Aim of the exercise:
Reproduce the entries below exactly, but only from the line containing "f 227 228 361" to the line containing "f 556 557 502", inclusive.

========

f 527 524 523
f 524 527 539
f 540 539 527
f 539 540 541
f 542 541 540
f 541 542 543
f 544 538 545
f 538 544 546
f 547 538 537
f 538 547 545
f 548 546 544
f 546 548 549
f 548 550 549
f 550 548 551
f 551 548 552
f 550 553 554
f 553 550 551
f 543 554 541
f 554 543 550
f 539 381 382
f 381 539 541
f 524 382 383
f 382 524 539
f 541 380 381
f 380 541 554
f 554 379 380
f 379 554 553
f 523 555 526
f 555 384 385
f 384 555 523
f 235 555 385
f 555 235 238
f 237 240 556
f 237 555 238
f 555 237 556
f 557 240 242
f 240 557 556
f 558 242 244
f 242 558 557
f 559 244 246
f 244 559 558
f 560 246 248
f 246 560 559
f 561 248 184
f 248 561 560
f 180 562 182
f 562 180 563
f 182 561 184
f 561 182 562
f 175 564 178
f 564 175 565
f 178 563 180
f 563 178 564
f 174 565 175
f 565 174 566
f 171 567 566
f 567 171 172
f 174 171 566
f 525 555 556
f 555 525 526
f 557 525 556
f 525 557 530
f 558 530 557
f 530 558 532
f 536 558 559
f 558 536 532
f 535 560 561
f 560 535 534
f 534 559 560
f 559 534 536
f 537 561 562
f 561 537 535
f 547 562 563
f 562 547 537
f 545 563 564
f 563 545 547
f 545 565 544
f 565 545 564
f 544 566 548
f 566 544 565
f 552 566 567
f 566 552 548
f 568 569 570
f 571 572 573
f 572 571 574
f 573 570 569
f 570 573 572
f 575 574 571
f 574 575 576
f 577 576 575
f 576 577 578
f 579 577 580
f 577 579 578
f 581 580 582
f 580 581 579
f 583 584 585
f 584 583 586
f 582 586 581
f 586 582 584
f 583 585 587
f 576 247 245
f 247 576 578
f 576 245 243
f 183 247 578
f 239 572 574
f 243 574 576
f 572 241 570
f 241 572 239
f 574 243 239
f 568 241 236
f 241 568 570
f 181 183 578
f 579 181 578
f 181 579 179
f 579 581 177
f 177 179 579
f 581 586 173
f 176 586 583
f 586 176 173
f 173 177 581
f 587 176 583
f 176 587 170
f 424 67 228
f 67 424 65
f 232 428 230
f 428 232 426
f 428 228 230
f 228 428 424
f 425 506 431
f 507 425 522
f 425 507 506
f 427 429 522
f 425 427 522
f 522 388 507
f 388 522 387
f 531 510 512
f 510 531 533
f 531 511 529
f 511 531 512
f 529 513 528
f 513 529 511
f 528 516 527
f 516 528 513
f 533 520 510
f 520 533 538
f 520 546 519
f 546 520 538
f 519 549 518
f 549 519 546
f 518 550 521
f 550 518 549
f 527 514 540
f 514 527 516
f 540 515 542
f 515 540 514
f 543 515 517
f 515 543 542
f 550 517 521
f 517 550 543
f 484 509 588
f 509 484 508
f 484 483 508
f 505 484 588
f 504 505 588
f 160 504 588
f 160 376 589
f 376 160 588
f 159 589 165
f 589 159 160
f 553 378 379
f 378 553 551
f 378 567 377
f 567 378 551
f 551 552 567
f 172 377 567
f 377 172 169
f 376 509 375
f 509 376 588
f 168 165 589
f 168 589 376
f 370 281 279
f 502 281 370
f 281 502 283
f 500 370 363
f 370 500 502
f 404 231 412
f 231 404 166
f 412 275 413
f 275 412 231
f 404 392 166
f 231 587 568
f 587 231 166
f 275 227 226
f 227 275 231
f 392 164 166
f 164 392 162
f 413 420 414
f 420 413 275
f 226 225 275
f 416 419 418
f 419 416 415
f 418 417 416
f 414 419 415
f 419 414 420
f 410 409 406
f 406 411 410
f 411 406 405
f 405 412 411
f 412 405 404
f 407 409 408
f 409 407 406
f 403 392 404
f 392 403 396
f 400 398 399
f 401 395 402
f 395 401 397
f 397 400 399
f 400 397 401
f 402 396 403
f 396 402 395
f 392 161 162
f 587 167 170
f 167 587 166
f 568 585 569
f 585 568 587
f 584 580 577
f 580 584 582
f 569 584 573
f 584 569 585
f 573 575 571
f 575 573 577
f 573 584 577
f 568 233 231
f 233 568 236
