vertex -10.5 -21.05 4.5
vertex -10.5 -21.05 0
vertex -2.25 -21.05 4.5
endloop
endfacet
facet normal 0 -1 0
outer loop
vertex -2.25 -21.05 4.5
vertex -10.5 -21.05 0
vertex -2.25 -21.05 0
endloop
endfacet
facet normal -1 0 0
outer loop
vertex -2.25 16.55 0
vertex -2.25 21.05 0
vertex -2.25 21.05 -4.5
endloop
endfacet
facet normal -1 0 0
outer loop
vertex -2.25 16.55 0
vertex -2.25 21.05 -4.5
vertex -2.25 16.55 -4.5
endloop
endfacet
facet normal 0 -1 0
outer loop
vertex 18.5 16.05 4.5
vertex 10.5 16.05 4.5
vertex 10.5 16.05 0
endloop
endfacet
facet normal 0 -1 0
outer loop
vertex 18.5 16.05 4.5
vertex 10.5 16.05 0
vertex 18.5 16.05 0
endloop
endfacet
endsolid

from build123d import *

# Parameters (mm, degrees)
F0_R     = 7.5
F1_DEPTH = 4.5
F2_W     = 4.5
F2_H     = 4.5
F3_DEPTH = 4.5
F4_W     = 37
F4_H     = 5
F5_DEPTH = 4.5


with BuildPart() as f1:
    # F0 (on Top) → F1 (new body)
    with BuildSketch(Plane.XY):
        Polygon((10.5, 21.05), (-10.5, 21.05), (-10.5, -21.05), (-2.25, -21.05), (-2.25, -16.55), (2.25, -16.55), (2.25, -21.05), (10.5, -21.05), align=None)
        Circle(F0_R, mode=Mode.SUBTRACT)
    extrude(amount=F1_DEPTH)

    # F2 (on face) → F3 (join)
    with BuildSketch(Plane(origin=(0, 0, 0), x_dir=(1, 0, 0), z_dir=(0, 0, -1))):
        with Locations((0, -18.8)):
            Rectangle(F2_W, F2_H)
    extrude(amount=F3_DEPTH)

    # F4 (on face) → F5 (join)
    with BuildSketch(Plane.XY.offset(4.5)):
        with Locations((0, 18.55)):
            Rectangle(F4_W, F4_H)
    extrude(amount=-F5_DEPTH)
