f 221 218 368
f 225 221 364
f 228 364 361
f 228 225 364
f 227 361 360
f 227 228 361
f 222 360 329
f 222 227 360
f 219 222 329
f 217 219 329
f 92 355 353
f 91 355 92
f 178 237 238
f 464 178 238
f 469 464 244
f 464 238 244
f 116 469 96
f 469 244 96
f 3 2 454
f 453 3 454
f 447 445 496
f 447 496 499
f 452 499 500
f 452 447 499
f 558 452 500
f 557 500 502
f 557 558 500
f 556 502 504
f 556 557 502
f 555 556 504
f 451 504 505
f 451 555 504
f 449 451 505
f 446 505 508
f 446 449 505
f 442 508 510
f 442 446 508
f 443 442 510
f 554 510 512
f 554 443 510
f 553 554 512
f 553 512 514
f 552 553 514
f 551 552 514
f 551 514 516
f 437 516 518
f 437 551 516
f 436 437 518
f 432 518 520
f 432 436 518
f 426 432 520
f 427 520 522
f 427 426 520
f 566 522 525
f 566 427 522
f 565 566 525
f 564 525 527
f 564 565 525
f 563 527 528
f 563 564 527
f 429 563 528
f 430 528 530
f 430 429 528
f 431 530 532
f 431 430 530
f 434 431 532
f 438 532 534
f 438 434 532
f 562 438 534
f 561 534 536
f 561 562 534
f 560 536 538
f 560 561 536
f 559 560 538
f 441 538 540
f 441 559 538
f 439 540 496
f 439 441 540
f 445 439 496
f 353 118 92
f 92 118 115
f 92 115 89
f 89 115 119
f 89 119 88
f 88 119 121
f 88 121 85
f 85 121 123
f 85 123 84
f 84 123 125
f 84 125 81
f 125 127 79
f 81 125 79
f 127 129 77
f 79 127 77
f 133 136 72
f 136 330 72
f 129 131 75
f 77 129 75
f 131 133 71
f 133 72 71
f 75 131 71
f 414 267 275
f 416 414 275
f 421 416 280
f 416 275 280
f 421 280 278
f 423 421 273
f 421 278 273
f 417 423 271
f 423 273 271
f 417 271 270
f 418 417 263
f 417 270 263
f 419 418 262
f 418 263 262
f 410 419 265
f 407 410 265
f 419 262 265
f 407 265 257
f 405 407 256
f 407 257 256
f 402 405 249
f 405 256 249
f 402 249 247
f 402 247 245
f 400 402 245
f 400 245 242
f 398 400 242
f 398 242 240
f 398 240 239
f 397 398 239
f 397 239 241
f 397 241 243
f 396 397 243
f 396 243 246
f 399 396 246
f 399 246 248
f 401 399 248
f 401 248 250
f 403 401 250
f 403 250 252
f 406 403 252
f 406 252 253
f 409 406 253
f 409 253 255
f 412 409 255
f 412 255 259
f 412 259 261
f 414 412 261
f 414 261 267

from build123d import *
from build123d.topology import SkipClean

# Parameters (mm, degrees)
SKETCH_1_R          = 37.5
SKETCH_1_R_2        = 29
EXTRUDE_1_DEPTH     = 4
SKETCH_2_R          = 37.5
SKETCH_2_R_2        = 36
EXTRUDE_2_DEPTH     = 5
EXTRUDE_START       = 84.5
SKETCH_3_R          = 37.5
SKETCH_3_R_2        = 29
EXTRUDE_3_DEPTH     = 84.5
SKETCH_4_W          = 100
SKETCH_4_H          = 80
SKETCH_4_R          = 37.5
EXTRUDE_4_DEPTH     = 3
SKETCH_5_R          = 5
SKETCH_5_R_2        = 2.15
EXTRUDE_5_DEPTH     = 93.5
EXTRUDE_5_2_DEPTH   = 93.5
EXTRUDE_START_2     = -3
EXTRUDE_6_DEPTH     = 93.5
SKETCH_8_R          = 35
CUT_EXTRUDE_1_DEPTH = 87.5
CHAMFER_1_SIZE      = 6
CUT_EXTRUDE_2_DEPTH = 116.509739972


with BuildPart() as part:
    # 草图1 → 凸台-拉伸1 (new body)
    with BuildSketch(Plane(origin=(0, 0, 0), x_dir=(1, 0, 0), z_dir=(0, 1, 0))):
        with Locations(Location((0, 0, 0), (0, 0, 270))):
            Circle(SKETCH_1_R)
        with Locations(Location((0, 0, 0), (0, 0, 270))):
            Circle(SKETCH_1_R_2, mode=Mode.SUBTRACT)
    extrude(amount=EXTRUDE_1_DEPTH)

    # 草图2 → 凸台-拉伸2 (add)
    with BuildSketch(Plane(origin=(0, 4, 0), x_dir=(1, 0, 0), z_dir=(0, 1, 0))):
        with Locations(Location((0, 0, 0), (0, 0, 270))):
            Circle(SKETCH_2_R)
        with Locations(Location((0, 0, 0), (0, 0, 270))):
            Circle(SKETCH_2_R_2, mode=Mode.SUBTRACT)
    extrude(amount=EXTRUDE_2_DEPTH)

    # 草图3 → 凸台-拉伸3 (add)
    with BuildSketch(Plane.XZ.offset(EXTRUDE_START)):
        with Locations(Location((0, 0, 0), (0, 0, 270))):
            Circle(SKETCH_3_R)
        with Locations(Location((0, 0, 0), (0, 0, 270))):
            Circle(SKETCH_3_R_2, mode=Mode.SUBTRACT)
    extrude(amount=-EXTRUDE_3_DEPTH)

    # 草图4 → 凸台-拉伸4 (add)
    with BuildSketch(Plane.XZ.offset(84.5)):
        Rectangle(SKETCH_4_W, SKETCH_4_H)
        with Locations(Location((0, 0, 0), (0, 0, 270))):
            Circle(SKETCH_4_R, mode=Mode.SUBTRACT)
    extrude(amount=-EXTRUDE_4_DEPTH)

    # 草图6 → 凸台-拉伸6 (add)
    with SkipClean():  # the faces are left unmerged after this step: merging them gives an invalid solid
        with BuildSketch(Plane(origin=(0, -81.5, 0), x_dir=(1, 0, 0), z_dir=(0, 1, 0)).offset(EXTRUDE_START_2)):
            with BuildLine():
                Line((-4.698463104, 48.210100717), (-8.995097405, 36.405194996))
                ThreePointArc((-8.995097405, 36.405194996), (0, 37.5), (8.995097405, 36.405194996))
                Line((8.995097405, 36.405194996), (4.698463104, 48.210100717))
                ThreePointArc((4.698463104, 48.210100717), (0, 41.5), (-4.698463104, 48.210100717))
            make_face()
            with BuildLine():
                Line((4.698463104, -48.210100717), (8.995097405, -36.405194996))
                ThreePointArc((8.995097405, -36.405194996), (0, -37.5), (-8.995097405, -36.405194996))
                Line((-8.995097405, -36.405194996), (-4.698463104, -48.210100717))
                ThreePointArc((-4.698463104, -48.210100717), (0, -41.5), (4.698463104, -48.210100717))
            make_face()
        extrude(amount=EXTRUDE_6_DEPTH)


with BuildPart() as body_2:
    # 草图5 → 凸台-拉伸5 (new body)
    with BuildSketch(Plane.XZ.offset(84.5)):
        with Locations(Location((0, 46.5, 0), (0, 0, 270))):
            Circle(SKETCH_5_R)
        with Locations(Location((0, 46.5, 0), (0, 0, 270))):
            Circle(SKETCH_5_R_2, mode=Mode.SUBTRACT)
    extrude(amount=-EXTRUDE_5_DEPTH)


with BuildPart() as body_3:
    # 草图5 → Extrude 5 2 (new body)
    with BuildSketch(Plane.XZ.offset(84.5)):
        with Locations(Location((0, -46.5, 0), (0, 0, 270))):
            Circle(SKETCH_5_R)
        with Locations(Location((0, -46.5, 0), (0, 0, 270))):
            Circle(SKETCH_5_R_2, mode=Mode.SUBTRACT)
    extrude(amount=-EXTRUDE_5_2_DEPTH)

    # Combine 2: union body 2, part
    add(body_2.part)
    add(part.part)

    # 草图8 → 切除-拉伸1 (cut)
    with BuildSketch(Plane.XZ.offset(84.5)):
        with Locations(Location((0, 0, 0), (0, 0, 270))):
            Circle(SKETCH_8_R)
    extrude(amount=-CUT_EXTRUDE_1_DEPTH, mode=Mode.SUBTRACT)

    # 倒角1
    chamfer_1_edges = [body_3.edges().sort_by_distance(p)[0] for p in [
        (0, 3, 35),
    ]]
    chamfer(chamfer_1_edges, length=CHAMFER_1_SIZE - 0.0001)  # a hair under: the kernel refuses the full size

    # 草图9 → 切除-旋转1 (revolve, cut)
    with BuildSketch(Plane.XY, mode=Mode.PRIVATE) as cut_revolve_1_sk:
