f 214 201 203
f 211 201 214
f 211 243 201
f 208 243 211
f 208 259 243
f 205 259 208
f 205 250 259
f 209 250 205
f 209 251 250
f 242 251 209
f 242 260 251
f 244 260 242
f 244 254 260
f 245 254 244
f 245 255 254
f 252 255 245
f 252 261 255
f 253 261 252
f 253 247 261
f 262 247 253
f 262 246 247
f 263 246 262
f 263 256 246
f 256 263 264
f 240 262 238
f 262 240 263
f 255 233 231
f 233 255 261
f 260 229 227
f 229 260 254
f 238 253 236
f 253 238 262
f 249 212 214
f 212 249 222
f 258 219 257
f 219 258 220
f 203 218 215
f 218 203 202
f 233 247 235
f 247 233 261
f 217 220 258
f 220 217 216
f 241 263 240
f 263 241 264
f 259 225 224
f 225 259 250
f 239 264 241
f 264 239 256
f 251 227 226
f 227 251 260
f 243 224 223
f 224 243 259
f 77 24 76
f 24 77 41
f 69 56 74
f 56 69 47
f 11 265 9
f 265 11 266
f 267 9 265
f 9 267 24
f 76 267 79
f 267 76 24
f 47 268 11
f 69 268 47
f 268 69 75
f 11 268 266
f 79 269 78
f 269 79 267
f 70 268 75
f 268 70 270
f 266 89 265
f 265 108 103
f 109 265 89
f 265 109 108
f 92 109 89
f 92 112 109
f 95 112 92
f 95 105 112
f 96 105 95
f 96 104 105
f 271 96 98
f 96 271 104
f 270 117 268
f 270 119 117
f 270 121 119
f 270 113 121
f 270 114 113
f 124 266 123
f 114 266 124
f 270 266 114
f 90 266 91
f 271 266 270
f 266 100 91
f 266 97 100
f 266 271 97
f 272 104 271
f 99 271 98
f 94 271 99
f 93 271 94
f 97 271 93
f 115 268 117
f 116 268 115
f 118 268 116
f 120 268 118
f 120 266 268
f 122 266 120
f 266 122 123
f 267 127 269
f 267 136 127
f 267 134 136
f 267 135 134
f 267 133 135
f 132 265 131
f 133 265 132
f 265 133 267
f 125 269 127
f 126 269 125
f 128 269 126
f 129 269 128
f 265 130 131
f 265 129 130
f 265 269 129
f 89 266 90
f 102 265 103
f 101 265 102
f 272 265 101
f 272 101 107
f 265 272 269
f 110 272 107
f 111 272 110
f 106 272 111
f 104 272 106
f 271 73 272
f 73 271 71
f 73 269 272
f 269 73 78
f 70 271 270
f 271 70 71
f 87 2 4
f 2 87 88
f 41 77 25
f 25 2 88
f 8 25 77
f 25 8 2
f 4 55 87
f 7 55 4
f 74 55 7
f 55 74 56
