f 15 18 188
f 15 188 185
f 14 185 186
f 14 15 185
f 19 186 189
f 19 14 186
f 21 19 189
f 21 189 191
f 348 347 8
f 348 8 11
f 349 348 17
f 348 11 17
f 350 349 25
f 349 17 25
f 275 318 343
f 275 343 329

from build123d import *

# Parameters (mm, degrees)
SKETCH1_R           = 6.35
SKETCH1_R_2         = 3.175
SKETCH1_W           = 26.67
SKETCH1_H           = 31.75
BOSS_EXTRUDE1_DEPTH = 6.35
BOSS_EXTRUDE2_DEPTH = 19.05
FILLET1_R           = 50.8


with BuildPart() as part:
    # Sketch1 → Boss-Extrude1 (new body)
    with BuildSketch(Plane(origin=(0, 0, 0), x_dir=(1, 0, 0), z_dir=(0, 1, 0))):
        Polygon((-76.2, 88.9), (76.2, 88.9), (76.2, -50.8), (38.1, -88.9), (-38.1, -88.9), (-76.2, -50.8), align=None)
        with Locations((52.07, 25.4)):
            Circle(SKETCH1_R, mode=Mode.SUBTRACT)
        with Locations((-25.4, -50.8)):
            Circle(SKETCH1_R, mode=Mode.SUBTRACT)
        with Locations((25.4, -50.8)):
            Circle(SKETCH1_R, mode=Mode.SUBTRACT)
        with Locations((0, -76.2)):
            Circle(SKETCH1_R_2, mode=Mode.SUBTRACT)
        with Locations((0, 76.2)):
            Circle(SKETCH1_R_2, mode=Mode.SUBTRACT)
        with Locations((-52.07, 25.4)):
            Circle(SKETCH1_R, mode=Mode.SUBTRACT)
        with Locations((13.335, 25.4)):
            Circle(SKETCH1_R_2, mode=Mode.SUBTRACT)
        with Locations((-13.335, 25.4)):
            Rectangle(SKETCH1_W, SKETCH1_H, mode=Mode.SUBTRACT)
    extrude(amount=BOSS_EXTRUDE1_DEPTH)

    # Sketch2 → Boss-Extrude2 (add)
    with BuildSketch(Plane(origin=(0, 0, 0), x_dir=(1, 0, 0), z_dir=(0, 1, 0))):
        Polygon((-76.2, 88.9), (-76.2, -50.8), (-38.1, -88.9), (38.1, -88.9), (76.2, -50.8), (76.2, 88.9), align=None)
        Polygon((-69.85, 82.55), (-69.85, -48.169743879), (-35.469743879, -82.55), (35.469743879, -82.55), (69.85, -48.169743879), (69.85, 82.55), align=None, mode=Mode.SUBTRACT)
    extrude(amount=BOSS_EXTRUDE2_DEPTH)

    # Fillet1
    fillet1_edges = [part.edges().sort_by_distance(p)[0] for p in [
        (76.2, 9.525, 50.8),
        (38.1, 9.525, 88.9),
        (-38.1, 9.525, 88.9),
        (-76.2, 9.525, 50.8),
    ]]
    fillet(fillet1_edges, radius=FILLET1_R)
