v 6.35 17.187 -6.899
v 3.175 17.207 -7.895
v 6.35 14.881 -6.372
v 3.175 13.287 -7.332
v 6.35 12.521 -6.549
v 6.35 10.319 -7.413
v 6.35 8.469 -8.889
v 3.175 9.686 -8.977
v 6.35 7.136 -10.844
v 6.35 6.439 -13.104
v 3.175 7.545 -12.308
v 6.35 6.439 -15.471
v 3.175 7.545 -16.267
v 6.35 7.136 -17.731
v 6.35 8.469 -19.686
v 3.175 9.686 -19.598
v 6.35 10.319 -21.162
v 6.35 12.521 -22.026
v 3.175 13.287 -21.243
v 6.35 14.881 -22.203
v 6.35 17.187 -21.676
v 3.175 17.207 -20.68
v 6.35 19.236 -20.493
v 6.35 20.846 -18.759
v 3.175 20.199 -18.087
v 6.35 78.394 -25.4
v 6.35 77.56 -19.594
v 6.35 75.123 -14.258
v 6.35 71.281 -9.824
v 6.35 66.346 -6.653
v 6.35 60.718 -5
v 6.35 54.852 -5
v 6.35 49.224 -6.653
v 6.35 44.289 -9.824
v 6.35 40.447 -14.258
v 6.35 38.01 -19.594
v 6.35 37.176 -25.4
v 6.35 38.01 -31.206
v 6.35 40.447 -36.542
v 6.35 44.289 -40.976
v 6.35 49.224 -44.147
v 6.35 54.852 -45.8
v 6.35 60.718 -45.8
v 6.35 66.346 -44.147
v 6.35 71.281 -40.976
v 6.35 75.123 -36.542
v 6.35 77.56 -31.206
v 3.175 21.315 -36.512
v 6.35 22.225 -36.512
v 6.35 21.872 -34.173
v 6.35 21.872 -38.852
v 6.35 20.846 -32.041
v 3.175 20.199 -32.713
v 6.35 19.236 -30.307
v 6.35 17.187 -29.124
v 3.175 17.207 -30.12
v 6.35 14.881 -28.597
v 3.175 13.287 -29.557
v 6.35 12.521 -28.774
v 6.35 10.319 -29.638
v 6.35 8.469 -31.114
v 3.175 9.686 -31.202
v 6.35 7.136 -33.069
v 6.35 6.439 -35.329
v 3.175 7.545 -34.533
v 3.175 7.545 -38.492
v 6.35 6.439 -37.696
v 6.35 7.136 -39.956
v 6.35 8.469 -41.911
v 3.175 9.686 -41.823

========

Response to the task:
f 227 228 361
f 222 360 329
f 222 227 360
f 219 222 329
f 217 219 329
f 92 355 353
f 91 355 92
f 178 237 238
f 464 178 238
f 469 464 244
f 464 238 244
f 116 469 96
f 469 244 96
f 3 2 454
f 453 3 454
f 447 445 496
f 447 496 499
f 452 499 500
f 452 447 499
f 558 452 500
f 557 500 502
f 557 558 500
f 556 502 504
f 556 557 502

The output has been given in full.